:: Data for processing ::

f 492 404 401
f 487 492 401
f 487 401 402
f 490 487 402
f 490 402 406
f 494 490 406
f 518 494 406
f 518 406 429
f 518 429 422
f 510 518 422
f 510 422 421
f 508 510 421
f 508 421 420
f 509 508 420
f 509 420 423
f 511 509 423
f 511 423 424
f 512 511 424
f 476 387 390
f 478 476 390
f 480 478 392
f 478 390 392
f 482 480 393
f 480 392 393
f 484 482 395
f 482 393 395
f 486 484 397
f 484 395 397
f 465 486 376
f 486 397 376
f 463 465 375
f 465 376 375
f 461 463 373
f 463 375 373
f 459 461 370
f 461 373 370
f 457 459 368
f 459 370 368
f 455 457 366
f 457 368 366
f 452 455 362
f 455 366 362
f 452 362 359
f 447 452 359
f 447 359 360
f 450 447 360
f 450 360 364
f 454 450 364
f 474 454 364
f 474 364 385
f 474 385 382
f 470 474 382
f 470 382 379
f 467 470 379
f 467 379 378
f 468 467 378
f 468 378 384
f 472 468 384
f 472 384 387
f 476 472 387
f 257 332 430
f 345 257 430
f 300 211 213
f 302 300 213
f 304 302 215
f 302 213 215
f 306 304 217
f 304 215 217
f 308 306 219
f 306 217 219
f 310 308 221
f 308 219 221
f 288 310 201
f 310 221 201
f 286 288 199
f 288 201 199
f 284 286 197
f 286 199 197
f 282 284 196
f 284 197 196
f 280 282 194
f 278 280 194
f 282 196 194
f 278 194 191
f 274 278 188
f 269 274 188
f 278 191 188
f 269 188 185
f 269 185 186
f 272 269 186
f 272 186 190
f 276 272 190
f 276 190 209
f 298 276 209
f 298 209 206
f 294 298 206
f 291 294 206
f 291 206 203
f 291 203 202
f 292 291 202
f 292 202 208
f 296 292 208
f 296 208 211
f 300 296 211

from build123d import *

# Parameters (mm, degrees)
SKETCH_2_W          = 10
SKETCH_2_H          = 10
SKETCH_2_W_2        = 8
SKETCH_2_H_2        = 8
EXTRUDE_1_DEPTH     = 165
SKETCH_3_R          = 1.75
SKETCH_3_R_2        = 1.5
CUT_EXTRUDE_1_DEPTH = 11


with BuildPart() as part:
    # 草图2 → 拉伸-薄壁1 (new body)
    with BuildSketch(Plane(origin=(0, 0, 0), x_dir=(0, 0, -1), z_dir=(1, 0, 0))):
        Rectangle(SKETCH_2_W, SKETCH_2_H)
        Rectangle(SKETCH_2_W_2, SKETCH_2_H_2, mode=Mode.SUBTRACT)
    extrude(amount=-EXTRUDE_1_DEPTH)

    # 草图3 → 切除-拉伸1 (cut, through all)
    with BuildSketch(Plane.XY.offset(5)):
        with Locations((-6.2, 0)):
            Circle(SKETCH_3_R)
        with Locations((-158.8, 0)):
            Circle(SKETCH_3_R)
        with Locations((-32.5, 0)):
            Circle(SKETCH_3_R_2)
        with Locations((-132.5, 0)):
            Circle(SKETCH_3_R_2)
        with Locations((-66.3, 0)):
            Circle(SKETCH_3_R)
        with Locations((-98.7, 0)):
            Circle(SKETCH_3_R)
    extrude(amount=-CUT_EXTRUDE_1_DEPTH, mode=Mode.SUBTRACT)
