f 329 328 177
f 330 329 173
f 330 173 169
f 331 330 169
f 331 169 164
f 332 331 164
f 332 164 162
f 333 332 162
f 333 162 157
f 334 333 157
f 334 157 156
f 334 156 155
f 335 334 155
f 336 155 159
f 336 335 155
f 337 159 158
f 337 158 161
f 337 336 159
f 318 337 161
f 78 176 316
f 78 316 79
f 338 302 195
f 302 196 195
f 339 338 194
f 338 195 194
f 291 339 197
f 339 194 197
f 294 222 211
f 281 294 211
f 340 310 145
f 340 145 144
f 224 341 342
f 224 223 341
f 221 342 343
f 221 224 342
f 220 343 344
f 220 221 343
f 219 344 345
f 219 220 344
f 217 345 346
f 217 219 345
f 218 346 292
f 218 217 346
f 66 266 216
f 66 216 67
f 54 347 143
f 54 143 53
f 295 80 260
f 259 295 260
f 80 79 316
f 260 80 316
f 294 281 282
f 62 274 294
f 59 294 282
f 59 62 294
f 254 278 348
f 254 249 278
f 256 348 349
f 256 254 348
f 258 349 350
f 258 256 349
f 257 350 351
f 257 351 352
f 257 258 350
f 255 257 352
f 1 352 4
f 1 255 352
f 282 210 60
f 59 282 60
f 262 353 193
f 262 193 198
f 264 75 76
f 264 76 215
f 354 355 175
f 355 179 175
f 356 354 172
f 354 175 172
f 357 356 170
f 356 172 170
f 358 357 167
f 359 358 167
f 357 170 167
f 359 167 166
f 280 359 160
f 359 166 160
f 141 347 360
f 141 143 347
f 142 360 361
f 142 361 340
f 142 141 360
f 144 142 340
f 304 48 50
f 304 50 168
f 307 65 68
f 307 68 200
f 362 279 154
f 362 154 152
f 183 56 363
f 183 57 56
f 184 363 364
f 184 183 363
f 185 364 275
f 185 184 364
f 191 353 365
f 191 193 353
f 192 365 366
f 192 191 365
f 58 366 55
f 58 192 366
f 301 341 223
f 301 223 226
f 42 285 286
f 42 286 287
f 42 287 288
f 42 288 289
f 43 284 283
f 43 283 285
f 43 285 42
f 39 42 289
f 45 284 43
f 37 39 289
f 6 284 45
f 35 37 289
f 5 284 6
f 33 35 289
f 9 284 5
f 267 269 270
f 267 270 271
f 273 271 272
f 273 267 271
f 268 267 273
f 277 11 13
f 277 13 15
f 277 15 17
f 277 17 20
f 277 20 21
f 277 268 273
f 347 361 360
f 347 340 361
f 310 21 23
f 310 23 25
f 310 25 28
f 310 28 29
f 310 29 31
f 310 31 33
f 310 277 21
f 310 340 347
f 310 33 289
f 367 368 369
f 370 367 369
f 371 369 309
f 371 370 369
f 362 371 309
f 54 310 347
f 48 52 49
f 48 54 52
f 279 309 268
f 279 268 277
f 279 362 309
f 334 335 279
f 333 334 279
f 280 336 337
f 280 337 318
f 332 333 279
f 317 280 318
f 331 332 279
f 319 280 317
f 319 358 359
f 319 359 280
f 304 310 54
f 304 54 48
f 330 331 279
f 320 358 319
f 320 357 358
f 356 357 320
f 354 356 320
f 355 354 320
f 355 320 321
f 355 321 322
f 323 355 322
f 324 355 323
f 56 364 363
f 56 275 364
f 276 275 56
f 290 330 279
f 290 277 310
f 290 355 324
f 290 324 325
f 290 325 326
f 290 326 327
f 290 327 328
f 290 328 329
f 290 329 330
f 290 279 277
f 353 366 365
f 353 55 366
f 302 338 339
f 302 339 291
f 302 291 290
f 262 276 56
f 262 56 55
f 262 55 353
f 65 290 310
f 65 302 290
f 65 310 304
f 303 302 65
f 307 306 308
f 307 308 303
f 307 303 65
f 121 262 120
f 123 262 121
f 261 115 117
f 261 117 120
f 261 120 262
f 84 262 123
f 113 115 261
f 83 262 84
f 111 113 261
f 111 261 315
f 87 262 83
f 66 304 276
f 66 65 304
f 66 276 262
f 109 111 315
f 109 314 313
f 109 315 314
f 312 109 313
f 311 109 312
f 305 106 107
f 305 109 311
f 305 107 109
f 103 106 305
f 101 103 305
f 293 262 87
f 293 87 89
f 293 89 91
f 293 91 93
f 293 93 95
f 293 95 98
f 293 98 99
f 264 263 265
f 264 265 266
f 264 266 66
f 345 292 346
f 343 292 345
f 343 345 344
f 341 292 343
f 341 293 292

:::

Copy every record exactly.

f 492 404 401
f 487 492 401
f 487 401 402
f 490 487 402
f 490 402 406
f 494 490 406
f 518 494 406
f 518 406 429
f 518 429 422
f 510 518 422
f 510 422 421
f 508 510 421
f 508 421 420
f 509 508 420
f 509 420 423
f 511 509 423
f 511 423 424
f 512 511 424
f 476 387 390
f 478 476 390
f 480 478 392
f 478 390 392
f 482 480 393
f 480 392 393
f 484 482 395
f 482 393 395
f 486 484 397
f 484 395 397
f 465 486 376
f 486 397 376
f 463 465 375
f 465 376 375
f 461 463 373
f 463 375 373
f 459 461 370
f 461 373 370
f 457 459 368
f 459 370 368
f 455 457 366
f 457 368 366
f 452 455 362
f 455 366 362
f 452 362 359
f 447 452 359
f 447 359 360
f 450 447 360
f 450 360 364
f 454 450 364
f 474 454 364
f 474 364 385
f 474 385 382
f 470 474 382
f 470 382 379
f 467 470 379
f 467 379 378
f 468 467 378
f 468 378 384
f 472 468 384
f 472 384 387
f 476 472 387
f 257 332 430
f 345 257 430
f 300 211 213
f 302 300 213
f 304 302 215
f 302 213 215
f 306 304 217
f 304 215 217
f 308 306 219
f 306 217 219
f 310 308 221
f 308 219 221
f 288 310 201
f 310 221 201
f 286 288 199
f 288 201 199
f 284 286 197
f 286 199 197
f 282 284 196
f 284 197 196
f 280 282 194
f 278 280 194
f 282 196 194
f 278 194 191
f 274 278 188
f 269 274 188
f 278 191 188
f 269 188 185
f 269 185 186
f 272 269 186
f 272 186 190
f 276 272 190
f 276 190 209
f 298 276 209
f 298 209 206
f 294 298 206
f 291 294 206
f 291 206 203
f 291 203 202
f 292 291 202
f 292 202 208
f 296 292 208
f 296 208 211
f 300 296 211

from build123d import *

# Parameters (mm, degrees)
SKETCH_2_W          = 10
SKETCH_2_H          = 10
SKETCH_2_W_2        = 8
SKETCH_2_H_2        = 8
EXTRUDE_1_DEPTH     = 165
SKETCH_3_R          = 1.75
SKETCH_3_R_2        = 1.5
CUT_EXTRUDE_1_DEPTH = 11


with BuildPart() as part:
    # 草图2 → 拉伸-薄壁1 (new body)
    with BuildSketch(Plane(origin=(0, 0, 0), x_dir=(0, 0, -1), z_dir=(1, 0, 0))):
        Rectangle(SKETCH_2_W, SKETCH_2_H)
        Rectangle(SKETCH_2_W_2, SKETCH_2_H_2, mode=Mode.SUBTRACT)
    extrude(amount=-EXTRUDE_1_DEPTH)

    # 草图3 → 切除-拉伸1 (cut, through all)
    with BuildSketch(Plane.XY.offset(5)):
        with Locations((-6.2, 0)):
            Circle(SKETCH_3_R)
        with Locations((-158.8, 0)):
            Circle(SKETCH_3_R)
        with Locations((-32.5, 0)):
            Circle(SKETCH_3_R_2)
        with Locations((-132.5, 0)):
            Circle(SKETCH_3_R_2)
        with Locations((-66.3, 0)):
            Circle(SKETCH_3_R)
        with Locations((-98.7, 0)):
            Circle(SKETCH_3_R)
    extrude(amount=-CUT_EXTRUDE_1_DEPTH, mode=Mode.SUBTRACT)
f 329 328 177
f 330 329 173
f 330 173 169
f 331 330 169
f 331 169 164
f 332 331 164
f 332 164 162
f 333 332 162
f 333 162 157
f 334 333 157
f 334 157 156
f 334 156 155
f 335 334 155
f 336 155 159
f 336 335 155
f 337 159 158
f 337 158 161
f 337 336 159
f 318 337 161
f 78 176 316
f 78 316 79
f 338 302 195
f 302 196 195
f 339 338 194
f 338 195 194
f 291 339 197
f 339 194 197
f 294 222 211
f 281 294 211
f 340 310 145
f 340 145 144
f 224 341 342
f 224 223 341
f 221 342 343
f 221 224 342
f 220 343 344
f 220 221 343
f 219 344 345
f 219 220 344
f 217 345 346
f 217 219 345
f 218 346 292
f 218 217 346
f 66 266 216
f 66 216 67
f 54 347 143
f 54 143 53
f 295 80 260
f 259 295 260
f 80 79 316
f 260 80 316
f 294 281 282
f 62 274 294
f 59 294 282
f 59 62 294
f 254 278 348
f 254 249 278
f 256 348 349
f 256 254 348
f 258 349 350
f 258 256 349
f 257 350 351
f 257 351 352
f 257 258 350
f 255 257 352
f 1 352 4
f 1 255 352
f 282 210 60
f 59 282 60
f 262 353 193
f 262 193 198
f 264 75 76
f 264 76 215
f 354 355 175
f 355 179 175
f 356 354 172
f 354 175 172
f 357 356 170
f 356 172 170
f 358 357 167
f 359 358 167
f 357 170 167
f 359 167 166
f 280 359 160
f 359 166 160
f 141 347 360
f 141 143 347
f 142 360 361
f 142 361 340
f 142 141 360
f 144 142 340
f 304 48 50
f 304 50 168
f 307 65 68
f 307 68 200
f 362 279 154
f 362 154 152
f 183 56 363
f 183 57 56
f 184 363 364
f 184 183 363
f 185 364 275
f 185 184 364
f 191 353 365
f 191 193 353
f 192 365 366
f 192 191 365
f 58 366 55
f 58 192 366
f 301 341 223
f 301 223 226
f 42 285 286
f 42 286 287
f 42 287 288
f 42 288 289
f 43 284 283
f 43 283 285
f 43 285 42
f 39 42 289
f 45 284 43
f 37 39 289
f 6 284 45
f 35 37 289
f 5 284 6
f 33 35 289
f 9 284 5
f 267 269 270
f 267 270 271
f 273 271 272
f 273 267 271
f 268 267 273
f 277 11 13
f 277 13 15
f 277 15 17
f 277 17 20
f 277 20 21
f 277 268 273
f 347 361 360
f 347 340 361
f 310 21 23
f 310 23 25
f 310 25 28
f 310 28 29
f 310 29 31
f 310 31 33
f 310 277 21
f 310 340 347
f 310 33 289
f 367 368 369
f 370 367 369
f 371 369 309
f 371 370 369
f 362 371 309
f 54 310 347
f 48 52 49
f 48 54 52
f 279 309 268
f 279 268 277
f 279 362 309
f 334 335 279
f 333 334 279
f 280 336 337
f 280 337 318
f 332 333 279
f 317 280 318
f 331 332 279
f 319 280 317
f 319 358 359
f 319 359 280
f 304 310 54
f 304 54 48
f 330 331 279
f 320 358 319
f 320 357 358
f 356 357 320
f 354 356 320
f 355 354 320
f 355 320 321
f 355 321 322
f 323 355 322
f 324 355 323
f 56 364 363
f 56 275 364
f 276 275 56
f 290 330 279
f 290 277 310
f 290 355 324
f 290 324 325
f 290 325 326
f 290 326 327
f 290 327 328
f 290 328 329
f 290 329 330
f 290 279 277
f 353 366 365
f 353 55 366
f 302 338 339
f 302 339 291
f 302 291 290
f 262 276 56
f 262 56 55
f 262 55 353
f 65 290 310
f 65 302 290
f 65 310 304
f 303 302 65
f 307 306 308
f 307 308 303
f 307 303 65
f 121 262 120
f 123 262 121
f 261 115 117
f 261 117 120
f 261 120 262
f 84 262 123
f 113 115 261
f 83 262 84
f 111 113 261
f 111 261 315
f 87 262 83
f 66 304 276
f 66 65 304
f 66 276 262
f 109 111 315
f 109 314 313
f 109 315 314
f 312 109 313
f 311 109 312
f 305 106 107
f 305 109 311
f 305 107 109
f 103 106 305
f 101 103 305
f 293 262 87
f 293 87 89
f 293 89 91
f 293 91 93
f 293 93 95
f 293 95 98
f 293 98 99
f 264 263 265
f 264 265 266
f 264 266 66
f 345 292 346
f 343 292 345
f 343 345 344
f 341 292 343
f 341 293 292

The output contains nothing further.